MATERIAL SUPPLIED below:

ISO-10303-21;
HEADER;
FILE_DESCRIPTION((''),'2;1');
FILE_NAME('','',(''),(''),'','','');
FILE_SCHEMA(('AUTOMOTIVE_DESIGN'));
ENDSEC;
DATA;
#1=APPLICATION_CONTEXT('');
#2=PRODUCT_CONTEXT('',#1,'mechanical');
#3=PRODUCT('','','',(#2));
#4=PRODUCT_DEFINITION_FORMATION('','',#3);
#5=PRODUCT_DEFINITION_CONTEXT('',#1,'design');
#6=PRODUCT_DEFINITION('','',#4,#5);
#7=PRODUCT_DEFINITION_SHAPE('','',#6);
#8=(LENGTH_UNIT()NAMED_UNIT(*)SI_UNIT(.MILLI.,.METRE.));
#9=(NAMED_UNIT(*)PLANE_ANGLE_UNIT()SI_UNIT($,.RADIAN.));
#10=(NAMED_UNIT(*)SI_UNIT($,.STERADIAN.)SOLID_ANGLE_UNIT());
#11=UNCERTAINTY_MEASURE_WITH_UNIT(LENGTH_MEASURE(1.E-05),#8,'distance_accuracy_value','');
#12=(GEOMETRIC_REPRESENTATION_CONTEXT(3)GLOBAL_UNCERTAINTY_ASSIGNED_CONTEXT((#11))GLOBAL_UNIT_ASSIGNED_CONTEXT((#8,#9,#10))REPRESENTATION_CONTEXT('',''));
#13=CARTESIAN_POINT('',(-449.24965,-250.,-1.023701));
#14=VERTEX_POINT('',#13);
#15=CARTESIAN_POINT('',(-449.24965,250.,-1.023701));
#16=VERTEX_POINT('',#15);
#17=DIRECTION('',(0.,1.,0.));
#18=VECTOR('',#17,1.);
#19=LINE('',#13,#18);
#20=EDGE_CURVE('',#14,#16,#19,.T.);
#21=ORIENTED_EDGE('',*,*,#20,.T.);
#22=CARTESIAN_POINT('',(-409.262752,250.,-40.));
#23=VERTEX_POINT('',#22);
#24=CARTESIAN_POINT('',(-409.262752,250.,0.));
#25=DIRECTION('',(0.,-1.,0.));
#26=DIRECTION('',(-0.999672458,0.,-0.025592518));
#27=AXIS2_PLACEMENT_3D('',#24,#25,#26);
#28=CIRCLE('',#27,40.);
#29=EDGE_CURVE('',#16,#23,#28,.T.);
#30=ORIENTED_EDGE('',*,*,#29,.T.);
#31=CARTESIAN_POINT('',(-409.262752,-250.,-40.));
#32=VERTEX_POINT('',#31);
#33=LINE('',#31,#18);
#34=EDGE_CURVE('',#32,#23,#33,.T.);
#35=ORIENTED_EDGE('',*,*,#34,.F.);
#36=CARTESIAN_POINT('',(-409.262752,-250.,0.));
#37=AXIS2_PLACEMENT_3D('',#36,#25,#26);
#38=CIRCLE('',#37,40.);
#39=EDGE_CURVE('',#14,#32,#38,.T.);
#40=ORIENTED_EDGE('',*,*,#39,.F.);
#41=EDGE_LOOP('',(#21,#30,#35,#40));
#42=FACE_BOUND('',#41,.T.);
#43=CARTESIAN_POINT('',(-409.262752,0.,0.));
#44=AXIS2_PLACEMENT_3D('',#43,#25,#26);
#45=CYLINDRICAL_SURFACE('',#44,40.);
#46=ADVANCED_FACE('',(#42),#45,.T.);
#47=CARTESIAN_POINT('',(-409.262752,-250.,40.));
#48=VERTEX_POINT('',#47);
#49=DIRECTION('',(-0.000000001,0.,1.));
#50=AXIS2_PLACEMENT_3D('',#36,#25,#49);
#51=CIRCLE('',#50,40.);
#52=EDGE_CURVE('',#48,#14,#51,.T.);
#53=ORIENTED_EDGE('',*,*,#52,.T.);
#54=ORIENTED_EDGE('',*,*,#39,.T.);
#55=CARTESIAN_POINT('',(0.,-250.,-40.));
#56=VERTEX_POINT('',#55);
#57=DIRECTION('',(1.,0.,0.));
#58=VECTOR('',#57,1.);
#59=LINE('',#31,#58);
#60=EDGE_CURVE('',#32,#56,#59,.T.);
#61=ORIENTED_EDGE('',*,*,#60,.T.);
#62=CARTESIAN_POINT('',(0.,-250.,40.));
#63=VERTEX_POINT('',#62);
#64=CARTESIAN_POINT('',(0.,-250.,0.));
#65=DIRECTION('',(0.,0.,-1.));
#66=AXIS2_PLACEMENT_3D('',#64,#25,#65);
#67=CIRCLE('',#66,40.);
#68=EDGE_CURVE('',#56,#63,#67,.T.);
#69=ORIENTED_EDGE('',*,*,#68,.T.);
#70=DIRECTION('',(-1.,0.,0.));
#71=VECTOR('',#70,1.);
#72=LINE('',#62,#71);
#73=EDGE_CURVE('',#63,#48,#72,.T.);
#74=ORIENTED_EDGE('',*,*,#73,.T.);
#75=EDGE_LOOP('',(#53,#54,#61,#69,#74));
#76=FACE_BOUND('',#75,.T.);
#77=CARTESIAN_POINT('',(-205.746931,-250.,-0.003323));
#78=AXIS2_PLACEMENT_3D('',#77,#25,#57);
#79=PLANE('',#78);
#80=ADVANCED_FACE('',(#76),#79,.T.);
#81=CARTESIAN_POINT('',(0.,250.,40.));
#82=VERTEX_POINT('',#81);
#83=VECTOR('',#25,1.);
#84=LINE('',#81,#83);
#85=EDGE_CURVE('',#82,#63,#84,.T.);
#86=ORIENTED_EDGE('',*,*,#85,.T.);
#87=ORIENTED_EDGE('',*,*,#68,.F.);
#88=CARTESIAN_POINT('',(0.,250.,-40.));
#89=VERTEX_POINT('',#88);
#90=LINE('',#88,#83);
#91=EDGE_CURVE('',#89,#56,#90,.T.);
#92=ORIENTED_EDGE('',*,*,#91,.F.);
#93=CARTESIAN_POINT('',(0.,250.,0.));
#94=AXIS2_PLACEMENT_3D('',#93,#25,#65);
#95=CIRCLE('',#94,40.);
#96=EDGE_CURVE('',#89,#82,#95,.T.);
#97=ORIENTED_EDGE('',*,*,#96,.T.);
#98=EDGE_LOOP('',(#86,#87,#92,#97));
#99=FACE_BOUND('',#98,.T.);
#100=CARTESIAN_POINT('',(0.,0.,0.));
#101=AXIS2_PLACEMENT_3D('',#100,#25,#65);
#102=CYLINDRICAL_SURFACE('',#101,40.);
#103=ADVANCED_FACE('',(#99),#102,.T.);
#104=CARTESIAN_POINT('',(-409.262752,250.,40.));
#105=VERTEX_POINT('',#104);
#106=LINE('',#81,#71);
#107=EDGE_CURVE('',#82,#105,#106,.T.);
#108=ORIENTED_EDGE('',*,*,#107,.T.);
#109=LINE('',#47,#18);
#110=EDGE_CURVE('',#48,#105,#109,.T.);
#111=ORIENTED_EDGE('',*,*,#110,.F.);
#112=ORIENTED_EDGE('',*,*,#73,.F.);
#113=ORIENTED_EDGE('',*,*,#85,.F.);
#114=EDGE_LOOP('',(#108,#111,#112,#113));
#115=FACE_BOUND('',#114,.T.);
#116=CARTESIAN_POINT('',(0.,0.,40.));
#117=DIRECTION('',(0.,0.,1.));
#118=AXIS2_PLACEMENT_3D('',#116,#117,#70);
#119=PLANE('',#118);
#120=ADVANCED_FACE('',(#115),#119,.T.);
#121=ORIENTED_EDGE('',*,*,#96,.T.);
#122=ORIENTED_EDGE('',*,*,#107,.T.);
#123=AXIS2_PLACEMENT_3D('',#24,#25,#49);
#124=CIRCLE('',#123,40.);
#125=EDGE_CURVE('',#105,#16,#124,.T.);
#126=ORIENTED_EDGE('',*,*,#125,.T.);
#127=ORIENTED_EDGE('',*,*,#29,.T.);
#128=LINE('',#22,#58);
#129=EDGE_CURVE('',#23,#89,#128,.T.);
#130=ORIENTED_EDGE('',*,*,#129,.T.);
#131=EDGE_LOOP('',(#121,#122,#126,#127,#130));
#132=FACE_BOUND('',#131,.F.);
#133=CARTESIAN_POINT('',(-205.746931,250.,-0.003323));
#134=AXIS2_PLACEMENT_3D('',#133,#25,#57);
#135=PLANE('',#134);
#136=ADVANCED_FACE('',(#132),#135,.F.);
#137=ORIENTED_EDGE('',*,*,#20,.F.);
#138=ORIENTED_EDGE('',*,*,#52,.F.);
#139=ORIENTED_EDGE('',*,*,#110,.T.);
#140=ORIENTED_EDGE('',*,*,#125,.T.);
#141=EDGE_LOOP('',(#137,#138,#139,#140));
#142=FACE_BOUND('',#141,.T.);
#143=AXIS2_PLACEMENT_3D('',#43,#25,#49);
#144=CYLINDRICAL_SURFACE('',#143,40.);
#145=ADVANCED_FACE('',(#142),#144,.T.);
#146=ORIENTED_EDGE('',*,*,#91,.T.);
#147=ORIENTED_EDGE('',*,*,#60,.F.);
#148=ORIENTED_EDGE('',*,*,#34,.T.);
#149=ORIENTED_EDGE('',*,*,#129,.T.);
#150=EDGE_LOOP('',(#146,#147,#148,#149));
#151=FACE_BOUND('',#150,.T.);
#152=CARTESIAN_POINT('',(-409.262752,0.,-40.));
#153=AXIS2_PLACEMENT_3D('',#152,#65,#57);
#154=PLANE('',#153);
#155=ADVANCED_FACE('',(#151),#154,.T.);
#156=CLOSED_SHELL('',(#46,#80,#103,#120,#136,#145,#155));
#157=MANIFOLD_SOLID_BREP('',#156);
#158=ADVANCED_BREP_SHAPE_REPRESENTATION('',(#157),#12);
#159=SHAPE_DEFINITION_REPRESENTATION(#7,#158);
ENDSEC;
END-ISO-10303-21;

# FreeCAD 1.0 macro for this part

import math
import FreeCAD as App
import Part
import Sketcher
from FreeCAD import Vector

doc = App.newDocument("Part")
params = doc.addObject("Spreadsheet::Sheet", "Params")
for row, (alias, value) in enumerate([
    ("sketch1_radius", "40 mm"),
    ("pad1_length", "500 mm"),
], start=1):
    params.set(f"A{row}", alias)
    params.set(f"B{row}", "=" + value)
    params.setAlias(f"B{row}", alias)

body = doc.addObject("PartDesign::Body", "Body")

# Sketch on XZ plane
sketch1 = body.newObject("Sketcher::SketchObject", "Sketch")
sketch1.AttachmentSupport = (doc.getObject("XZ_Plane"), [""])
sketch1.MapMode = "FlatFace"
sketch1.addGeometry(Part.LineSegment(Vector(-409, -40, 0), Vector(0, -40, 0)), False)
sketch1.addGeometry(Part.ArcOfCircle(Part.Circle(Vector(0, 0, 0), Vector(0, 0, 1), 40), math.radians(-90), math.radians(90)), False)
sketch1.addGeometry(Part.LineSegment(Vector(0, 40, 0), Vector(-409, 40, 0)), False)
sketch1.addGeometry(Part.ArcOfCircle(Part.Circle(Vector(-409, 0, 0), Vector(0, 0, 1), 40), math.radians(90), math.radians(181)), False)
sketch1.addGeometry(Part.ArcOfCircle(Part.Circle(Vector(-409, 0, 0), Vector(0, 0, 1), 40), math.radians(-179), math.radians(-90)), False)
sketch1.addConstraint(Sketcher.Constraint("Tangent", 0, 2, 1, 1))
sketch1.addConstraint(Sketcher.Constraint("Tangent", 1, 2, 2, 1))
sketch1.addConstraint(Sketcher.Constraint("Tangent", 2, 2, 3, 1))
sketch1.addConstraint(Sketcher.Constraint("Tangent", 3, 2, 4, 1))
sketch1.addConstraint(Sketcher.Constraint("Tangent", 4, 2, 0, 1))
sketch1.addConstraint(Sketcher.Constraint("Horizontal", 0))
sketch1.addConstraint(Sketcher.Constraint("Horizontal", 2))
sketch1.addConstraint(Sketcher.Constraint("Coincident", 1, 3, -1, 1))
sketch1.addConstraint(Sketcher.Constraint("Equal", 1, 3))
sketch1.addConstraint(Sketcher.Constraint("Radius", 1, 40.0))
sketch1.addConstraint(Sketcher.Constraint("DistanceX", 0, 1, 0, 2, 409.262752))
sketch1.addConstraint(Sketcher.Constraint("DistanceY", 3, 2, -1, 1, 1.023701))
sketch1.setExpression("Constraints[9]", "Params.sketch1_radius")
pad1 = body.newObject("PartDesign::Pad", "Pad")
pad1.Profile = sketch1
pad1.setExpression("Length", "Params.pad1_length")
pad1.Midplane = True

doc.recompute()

End of MATERIAL SUPPLIED.

Set down precisely the lines above between the line holding "#68=EDGE_CURVE('',#56,#63,#67,.T.);" and the line holding "#99=FACE_BOUND('',#98,.T.);", inclusive, and nothing beyond them.

--- EXERCISE SOLUTION ---
#68=EDGE_CURVE('',#56,#63,#67,.T.);
#69=ORIENTED_EDGE('',*,*,#68,.T.);
#70=DIRECTION('',(-1.,0.,0.));
#71=VECTOR('',#70,1.);
#72=LINE('',#62,#71);
#73=EDGE_CURVE('',#63,#48,#72,.T.);
#74=ORIENTED_EDGE('',*,*,#73,.T.);
#75=EDGE_LOOP('',(#53,#54,#61,#69,#74));
#76=FACE_BOUND('',#75,.T.);
#77=CARTESIAN_POINT('',(-205.746931,-250.,-0.003323));
#78=AXIS2_PLACEMENT_3D('',#77,#25,#57);
#79=PLANE('',#78);
#80=ADVANCED_FACE('',(#76),#79,.T.);
#81=CARTESIAN_POINT('',(0.,250.,40.));
#82=VERTEX_POINT('',#81);
#83=VECTOR('',#25,1.);
#84=LINE('',#81,#83);
#85=EDGE_CURVE('',#82,#63,#84,.T.);
#86=ORIENTED_EDGE('',*,*,#85,.T.);
#87=ORIENTED_EDGE('',*,*,#68,.F.);
#88=CARTESIAN_POINT('',(0.,250.,-40.));
#89=VERTEX_POINT('',#88);
#90=LINE('',#88,#83);
#91=EDGE_CURVE('',#89,#56,#90,.T.);
#92=ORIENTED_EDGE('',*,*,#91,.F.);
#93=CARTESIAN_POINT('',(0.,250.,0.));
#94=AXIS2_PLACEMENT_3D('',#93,#25,#65);
#95=CIRCLE('',#94,40.);
#96=EDGE_CURVE('',#89,#82,#95,.T.);
#97=ORIENTED_EDGE('',*,*,#96,.T.);
#98=EDGE_LOOP('',(#86,#87,#92,#97));
#99=FACE_BOUND('',#98,.T.);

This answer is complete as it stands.